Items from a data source
════════════════

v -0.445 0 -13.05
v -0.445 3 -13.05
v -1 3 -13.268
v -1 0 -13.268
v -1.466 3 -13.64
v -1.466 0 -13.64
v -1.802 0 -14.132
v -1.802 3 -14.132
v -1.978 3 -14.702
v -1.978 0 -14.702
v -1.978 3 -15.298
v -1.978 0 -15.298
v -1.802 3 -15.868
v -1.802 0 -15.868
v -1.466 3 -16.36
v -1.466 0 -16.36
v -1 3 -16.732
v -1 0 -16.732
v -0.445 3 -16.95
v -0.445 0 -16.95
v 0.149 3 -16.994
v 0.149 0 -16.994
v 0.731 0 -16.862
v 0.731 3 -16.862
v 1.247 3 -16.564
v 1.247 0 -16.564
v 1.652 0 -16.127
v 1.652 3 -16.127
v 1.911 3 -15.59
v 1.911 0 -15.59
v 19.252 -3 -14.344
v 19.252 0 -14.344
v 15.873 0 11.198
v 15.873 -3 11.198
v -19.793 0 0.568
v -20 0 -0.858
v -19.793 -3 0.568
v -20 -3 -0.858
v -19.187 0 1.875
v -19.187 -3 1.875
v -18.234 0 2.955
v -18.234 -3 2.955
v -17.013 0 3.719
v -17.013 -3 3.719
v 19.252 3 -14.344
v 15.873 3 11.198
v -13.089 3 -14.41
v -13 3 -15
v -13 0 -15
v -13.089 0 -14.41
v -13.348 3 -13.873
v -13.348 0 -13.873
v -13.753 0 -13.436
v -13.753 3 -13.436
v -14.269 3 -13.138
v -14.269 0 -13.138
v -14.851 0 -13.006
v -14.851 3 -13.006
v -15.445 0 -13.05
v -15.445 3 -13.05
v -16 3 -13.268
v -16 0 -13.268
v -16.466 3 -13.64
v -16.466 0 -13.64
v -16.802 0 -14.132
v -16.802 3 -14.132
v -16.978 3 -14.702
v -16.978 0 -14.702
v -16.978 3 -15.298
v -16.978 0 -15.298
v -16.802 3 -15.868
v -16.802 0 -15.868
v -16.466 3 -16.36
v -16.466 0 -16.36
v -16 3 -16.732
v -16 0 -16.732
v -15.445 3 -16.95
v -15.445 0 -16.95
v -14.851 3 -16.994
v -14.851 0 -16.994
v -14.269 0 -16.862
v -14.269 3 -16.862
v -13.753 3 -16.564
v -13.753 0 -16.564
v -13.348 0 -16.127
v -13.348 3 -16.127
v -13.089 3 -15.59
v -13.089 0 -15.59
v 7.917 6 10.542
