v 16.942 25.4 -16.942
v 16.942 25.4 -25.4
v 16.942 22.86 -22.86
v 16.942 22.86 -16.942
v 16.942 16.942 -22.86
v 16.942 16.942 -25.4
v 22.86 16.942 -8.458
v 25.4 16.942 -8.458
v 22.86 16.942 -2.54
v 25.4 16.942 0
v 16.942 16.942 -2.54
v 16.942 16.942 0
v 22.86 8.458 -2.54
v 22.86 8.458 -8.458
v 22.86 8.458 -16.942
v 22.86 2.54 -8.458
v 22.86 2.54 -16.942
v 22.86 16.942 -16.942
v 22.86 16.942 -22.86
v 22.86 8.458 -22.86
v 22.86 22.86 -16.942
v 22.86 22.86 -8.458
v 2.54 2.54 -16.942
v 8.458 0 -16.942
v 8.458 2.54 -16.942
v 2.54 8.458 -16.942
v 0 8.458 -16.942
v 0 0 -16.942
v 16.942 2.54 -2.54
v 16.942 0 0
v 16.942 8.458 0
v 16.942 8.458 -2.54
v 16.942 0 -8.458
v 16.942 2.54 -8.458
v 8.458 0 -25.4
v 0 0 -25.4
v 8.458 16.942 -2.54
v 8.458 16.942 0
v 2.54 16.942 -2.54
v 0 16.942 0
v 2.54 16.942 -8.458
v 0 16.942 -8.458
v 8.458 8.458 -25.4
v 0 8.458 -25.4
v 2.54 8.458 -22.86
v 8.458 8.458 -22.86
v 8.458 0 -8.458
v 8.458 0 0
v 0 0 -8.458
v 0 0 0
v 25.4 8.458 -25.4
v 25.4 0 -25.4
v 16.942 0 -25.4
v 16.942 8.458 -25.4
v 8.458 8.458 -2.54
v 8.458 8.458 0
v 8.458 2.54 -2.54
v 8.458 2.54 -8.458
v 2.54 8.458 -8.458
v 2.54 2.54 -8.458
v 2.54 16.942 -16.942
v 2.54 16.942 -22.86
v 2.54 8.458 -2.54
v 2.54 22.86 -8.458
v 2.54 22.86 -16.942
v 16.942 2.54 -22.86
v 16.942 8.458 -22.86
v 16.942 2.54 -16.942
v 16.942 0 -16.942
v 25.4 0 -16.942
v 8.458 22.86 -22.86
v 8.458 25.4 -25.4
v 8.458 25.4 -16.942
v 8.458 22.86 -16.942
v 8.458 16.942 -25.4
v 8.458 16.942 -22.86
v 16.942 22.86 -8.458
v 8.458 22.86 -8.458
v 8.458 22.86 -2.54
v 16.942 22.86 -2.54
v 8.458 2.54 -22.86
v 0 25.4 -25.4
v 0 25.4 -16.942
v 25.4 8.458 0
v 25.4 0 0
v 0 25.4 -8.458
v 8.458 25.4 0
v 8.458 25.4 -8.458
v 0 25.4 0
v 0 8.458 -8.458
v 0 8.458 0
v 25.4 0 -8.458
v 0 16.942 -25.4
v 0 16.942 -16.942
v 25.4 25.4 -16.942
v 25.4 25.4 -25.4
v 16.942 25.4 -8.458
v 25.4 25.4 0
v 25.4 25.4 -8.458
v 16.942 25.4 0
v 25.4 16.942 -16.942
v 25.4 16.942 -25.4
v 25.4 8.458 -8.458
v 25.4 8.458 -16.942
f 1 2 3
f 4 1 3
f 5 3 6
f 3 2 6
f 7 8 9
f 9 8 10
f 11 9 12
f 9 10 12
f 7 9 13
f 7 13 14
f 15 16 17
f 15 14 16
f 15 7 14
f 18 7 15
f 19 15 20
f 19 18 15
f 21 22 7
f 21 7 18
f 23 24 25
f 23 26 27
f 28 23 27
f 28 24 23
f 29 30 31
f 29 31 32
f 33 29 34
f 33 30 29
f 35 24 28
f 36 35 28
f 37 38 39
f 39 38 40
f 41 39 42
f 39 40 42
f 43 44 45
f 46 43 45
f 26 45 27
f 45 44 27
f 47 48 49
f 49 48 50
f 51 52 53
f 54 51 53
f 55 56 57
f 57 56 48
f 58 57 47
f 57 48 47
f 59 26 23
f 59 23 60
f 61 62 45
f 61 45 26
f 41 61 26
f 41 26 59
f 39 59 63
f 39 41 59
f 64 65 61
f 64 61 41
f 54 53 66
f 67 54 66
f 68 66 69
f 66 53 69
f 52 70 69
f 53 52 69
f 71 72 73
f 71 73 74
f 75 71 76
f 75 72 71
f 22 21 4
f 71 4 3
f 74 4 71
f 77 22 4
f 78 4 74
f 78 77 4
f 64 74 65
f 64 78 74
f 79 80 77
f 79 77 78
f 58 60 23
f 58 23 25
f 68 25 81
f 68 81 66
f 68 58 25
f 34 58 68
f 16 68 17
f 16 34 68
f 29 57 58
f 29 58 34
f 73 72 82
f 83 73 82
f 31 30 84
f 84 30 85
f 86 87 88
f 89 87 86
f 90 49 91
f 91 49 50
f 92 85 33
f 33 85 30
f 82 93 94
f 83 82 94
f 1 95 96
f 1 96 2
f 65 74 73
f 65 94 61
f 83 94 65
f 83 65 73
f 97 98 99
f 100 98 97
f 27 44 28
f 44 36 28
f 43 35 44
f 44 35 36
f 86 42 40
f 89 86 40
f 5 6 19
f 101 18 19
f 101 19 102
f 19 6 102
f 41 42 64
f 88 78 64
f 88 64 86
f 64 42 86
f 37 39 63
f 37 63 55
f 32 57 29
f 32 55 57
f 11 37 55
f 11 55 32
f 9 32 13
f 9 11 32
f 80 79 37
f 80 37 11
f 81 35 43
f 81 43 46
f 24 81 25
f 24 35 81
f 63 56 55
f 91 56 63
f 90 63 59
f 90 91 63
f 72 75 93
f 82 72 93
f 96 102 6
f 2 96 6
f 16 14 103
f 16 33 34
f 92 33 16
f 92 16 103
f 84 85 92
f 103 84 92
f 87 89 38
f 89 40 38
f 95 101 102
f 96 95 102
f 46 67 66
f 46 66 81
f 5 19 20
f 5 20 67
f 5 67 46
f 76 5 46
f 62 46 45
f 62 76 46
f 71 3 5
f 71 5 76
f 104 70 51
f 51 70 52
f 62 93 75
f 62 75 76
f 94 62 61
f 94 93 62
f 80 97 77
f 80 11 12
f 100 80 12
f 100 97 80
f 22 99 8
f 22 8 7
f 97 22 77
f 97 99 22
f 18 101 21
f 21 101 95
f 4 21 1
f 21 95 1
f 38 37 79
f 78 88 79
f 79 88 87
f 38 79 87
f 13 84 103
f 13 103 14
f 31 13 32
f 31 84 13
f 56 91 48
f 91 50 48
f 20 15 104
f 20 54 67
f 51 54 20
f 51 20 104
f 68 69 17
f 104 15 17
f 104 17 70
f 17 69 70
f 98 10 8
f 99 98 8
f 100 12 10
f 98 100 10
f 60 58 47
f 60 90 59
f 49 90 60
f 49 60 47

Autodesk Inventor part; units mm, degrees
sketch "Sketch1" plane through (0, 0, 0) normal (0, 1, 0) x (-1, 0, 0)
  line L0 (0, 0) -> (-25.4, 0)
  line L1 (-25.4, 0) -> (-25.4, -25.4)
  line L2 (-25.4, -25.4) -> (0, -25.4)
  line L3 (0, -25.4) -> (0, 0)
  dimension "d0" = 25.4
  dimension "d1" = 25.4
extrude "Extrusion1" add sketch "Sketch1" along normal blind 25.4
sketch "Sketch3" plane through (25.4, 0, 0) normal (1, 0, 0) x (0, 0, -1)
  line L0 (0, 25.4) -> (8.4582, 25.4)
  line L1 (8.4582, 25.4) -> (8.4582, 16.9418)
  line L2 (8.4582, 16.9418) -> (0, 16.9418)
  line L3 (0, 16.9418) -> (0, 25.4)
  line L4 (0, 0) -> (8.4582, 0)
  line L5 (8.4582, 0) -> (8.4582, 8.4582)
  line L6 (8.4582, 8.4582) -> (0, 8.4582)
  line L7 (0, 8.4582) -> (0, 0)
  line L8 (0, 0) -> (25.4, 0) projected
  line L9 (25.4, 0) -> (16.9418, 0)
  line L10 (16.9418, 0) -> (16.9418, 8.4582)
  line L11 (16.9418, 8.4582) -> (25.4, 8.4582)
  line L12 (25.4, 8.4582) -> (25.4, 0)
  line L13 (0, 25.4) -> (25.4, 25.4) projected
  line L14 (25.4, 25.4) -> (16.9418, 25.4)
  line L15 (16.9418, 25.4) -> (16.9418, 16.9418)
  line L16 (16.9418, 16.9418) -> (25.4, 16.9418)
  line L17 (25.4, 16.9418) -> (25.4, 25.4)
  line L18 (8.4582, 25.4) -> (16.9418, 25.4)
  line L19 (16.9418, 25.4) -> (16.9418, 0)
  line L20 (16.9418, 0) -> (8.4582, 0)
  line L21 (8.4582, 0) -> (8.4582, 25.4)
  line L22 (0, 16.9418) -> (25.4, 16.9418)
  line L23 (25.4, 16.9418) -> (25.4, 8.4582)
  line L24 (25.4, 8.4582) -> (0, 8.4582)
  line L25 (0, 8.4582) -> (0, 16.9418)
  dimension "d4" = 8.4582
  dimension "d5" = 8.4582
  dimension "d6" = 8.4582
  dimension "d7" = 8.4582
  dimension "d8" = 8.4582
  dimension "d9" = 8.4582
  dimension "d10" = 8.4582
  dimension "d11" = 8.4582
extrude "Extrusion2" cut sketch "Sketch3" against normal blind 2.54 contours L13 L15 L22 L1 | L2 L21 L6 L25 | L22 L19 L24 L21 | L24 L10 L8 L5 | L16 L23 L11 L19
sketch "Sketch5" plane through (25.4, 0, -25.4) normal (0, 0, -1) x (-1, 0, 0)
  line L0 (25.4, 0) -> (25.4, 25.4) projected
  line L1 (25.4, 0) -> (16.9418, 0)
  line L2 (16.9418, 0) -> (16.9418, 8.4582)
  line L3 (16.9418, 8.4582) -> (25.4, 8.4582)
  line L4 (25.4, 8.4582) -> (25.4, 0)
  line L5 (0, 0) -> (8.4582, 0)
  line L6 (8.4582, 0) -> (8.4582, 8.4582)
  line L7 (8.4582, 8.4582) -> (0, 8.4582)
  line L8 (0, 8.4582) -> (0, 0)
  line L9 (2.54, 25.4) -> (0, 25.4) projected
  line L10 (0, 25.4) -> (8.4582, 25.4)
  line L11 (8.4582, 25.4) -> (8.4582, 16.9418)
  line L12 (8.4582, 16.9418) -> (0, 16.9418)
  line L13 (0, 16.9418) -> (0, 25.4)
  line L14 (0, 25.4) -> (25.4, 25.4) projected
  line L15 (25.4, 25.4) -> (16.9418, 25.4)
  line L16 (16.9418, 25.4) -> (16.9418, 16.9418)
  line L17 (16.9418, 16.9418) -> (25.4, 16.9418)
  line L18 (25.4, 16.9418) -> (25.4, 25.4)
  line L19 (0, 8.4582) -> (2.54, 8.4582) projected
  line L20 (0, 8.4582) -> (25.4, 8.4582)
  line L21 (25.4, 8.4582) -> (25.4, 16.9418)
  line L22 (25.4, 16.9418) -> (0, 16.9418)
  line L23 (0, 16.9418) -> (0, 8.4582)
  line L24 (8.4582, 25.4) -> (16.9418, 25.4)
  line L25 (16.9418, 25.4) -> (16.9418, 0)
  line L26 (16.9418, 0) -> (8.4582, 0)
  line L27 (8.4582, 0) -> (8.4582, 25.4)
  dimension "d14" = 8.4582
  dimension "d15" = 8.4582
  dimension "d16" = 8.4582
  dimension "d17" = 8.4582
  dimension "d18" = 8.4582
  dimension "d19" = 8.4582
  dimension "d20" = 8.4582
  dimension "d21" = 8.4582
extrude "Extrusion3" cut sketch "Sketch5" against normal blind 2.54 contours L3 L25 L17 L0 | L26 L6 L20 L2 | L20 L27 L22 L25 | L22 L11 L14 L16 | L7 L23 L12 L27
sketch "Sketch7" plane through (0, 0, 0) normal (0, -1, 0) x (1, 0, 0)
  line L0 (25.4, -16.9418) -> (25.4, -25.4) projected
  line L1 (25.4, -25.4) -> (16.9418, -25.4)
  line L2 (16.9418, -25.4) -> (16.9418, -16.9418)
  line L3 (16.9418, -16.9418) -> (25.4, -16.9418)
  line L4 (25.4, -16.9418) -> (25.4, -25.4)
  line L5 (8.4582, -25.4) -> (0, -25.4) projected
  line L6 (0, -25.4) -> (8.4582, -25.4)
  line L7 (8.4582, -25.4) -> (8.4582, -16.9418)
  line L8 (8.4582, -16.9418) -> (0, -16.9418)
  line L9 (0, -16.9418) -> (0, -25.4)
  line L10 (25.4, -8.4582) -> (25.4, 0) projected
  line L11 (25.4, 0) -> (16.9418, 0)
  line L12 (16.9418, 0) -> (16.9418, -8.4582)
  line L13 (16.9418, -8.4582) -> (25.4, -8.4582)
  line L14 (25.4, -8.4582) -> (25.4, 0)
  line L15 (0, 0) -> (25.4, 0) projected
  line L16 (0, 0) -> (8.4582, 0)
  line L17 (8.4582, 0) -> (8.4582, -8.4582)
  line L18 (8.4582, -8.4582) -> (0, -8.4582)
  line L19 (0, -8.4582) -> (0, 0)
  line L20 (16.9418, -25.4) -> (8.4582, -25.4)
  line L21 (8.4582, -25.4) -> (8.4582, 0)
  line L22 (8.4582, 0) -> (16.9418, 0)
  line L23 (16.9418, 0) -> (16.9418, -25.4)
  line L24 (0, -16.9418) -> (25.4, -16.9418)
  line L25 (25.4, -16.9418) -> (25.4, -8.4582)
  line L26 (25.4, -8.4582) -> (0, -8.4582)
  line L27 (0, -8.4582) -> (0, -16.9418)
  dimension "d32" = 8.4582
  dimension "d33" = 8.4582
  dimension "d34" = 8.4582
  dimension "d35" = 8.4582
  dimension "d36" = 8.4582
  dimension "d37" = 8.4582
  dimension "d38" = 8.4582
  dimension "d39" = 8.4582
extrude "Extrusion4" cut sketch "Sketch7" against normal blind 2.54 contours L3 L23 L13 L25 | L24 L21 L26 L23 | L2 L20 L7 L24 | L26 L17 L15 L12 | L8 L27 L18 L21
ref_plane "Work Plane1" through (12.7, 0, 0) normal (1, 0, 0) x (0, 1, 0)
ref_plane "Work Plane2" through (0, 12.7, 0) normal (0, 1, 0) x (-1, 0, 0)
ref_plane "Work Plane3" through (0, 0, -12.7) normal (0, 0, 1) x (1, 0, 0)
mirror "Mirror1" about plane through (12.7, 0, 0) normal (1, 0, 0) of "Extrusion2"
mirror "Mirror2" about plane through (0, 0, -12.7) normal (0, 0, 1) of "Extrusion3"
mirror "Mirror3" about plane through (0, 12.7, 0) normal (0, 1, 0) of "Extrusion4"
ref_plane "Work Plane4" through (0, 12.7, 0) normal (0, 1, 0) x (-1, 0, 0)
properties part number "Portal"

════════════════

EXERCISE OBJECTIVE
In the answer, the lines from the first line of the data above through the line containing "v 16.942 16.942 -2.54" must appear exactly as written, with nothing else.

SOLUTION TO THIS EXERCISE
v -0.445 0 -13.05
v -0.445 3 -13.05
v -1 3 -13.268
v -1 0 -13.268
v -1.466 3 -13.64
v -1.466 0 -13.64
v -1.802 0 -14.132
v -1.802 3 -14.132
v -1.978 3 -14.702
v -1.978 0 -14.702
v -1.978 3 -15.298
v -1.978 0 -15.298
v -1.802 3 -15.868
v -1.802 0 -15.868
v -1.466 3 -16.36
v -1.466 0 -16.36
v -1 3 -16.732
v -1 0 -16.732
v -0.445 3 -16.95
v -0.445 0 -16.95
v 0.149 3 -16.994
v 0.149 0 -16.994
v 0.731 0 -16.862
v 0.731 3 -16.862
v 1.247 3 -16.564
v 1.247 0 -16.564
v 1.652 0 -16.127
v 1.652 3 -16.127
v 1.911 3 -15.59
v 1.911 0 -15.59
v 19.252 -3 -14.344
v 19.252 0 -14.344
v 15.873 0 11.198
v 15.873 -3 11.198
v -19.793 0 0.568
v -20 0 -0.858
v -19.793 -3 0.568
v -20 -3 -0.858
v -19.187 0 1.875
v -19.187 -3 1.875
v -18.234 0 2.955
v -18.234 -3 2.955
v -17.013 0 3.719
v -17.013 -3 3.719
v 19.252 3 -14.344
v 15.873 3 11.198
v -13.089 3 -14.41
v -13 3 -15
v -13 0 -15
v -13.089 0 -14.41
v -13.348 3 -13.873
v -13.348 0 -13.873
v -13.753 0 -13.436
v -13.753 3 -13.436
v -14.269 3 -13.138
v -14.269 0 -13.138
v -14.851 0 -13.006
v -14.851 3 -13.006
v -15.445 0 -13.05
v -15.445 3 -13.05
v -16 3 -13.268
v -16 0 -13.268
v -16.466 3 -13.64
v -16.466 0 -13.64
v -16.802 0 -14.132
v -16.802 3 -14.132
v -16.978 3 -14.702
v -16.978 0 -14.702
v -16.978 3 -15.298
v -16.978 0 -15.298
v -16.802 3 -15.868
v -16.802 0 -15.868
v -16.466 3 -16.36
v -16.466 0 -16.36
v -16 3 -16.732
v -16 0 -16.732
v -15.445 3 -16.95
v -15.445 0 -16.95
v -14.851 3 -16.994
v -14.851 0 -16.994
v -14.269 0 -16.862
v -14.269 3 -16.862
v -13.753 3 -16.564
v -13.753 0 -16.564
v -13.348 0 -16.127
v -13.348 3 -16.127
v -13.089 3 -15.59
v -13.089 0 -15.59
v 7.917 6 10.542
v 16.942 25.4 -16.942
v 16.942 25.4 -25.4
v 16.942 22.86 -22.86
v 16.942 22.86 -16.942
v 16.942 16.942 -22.86
v 16.942 16.942 -25.4
v 22.86 16.942 -8.458
v 25.4 16.942 -8.458
v 22.86 16.942 -2.54
v 25.4 16.942 0
v 16.942 16.942 -2.54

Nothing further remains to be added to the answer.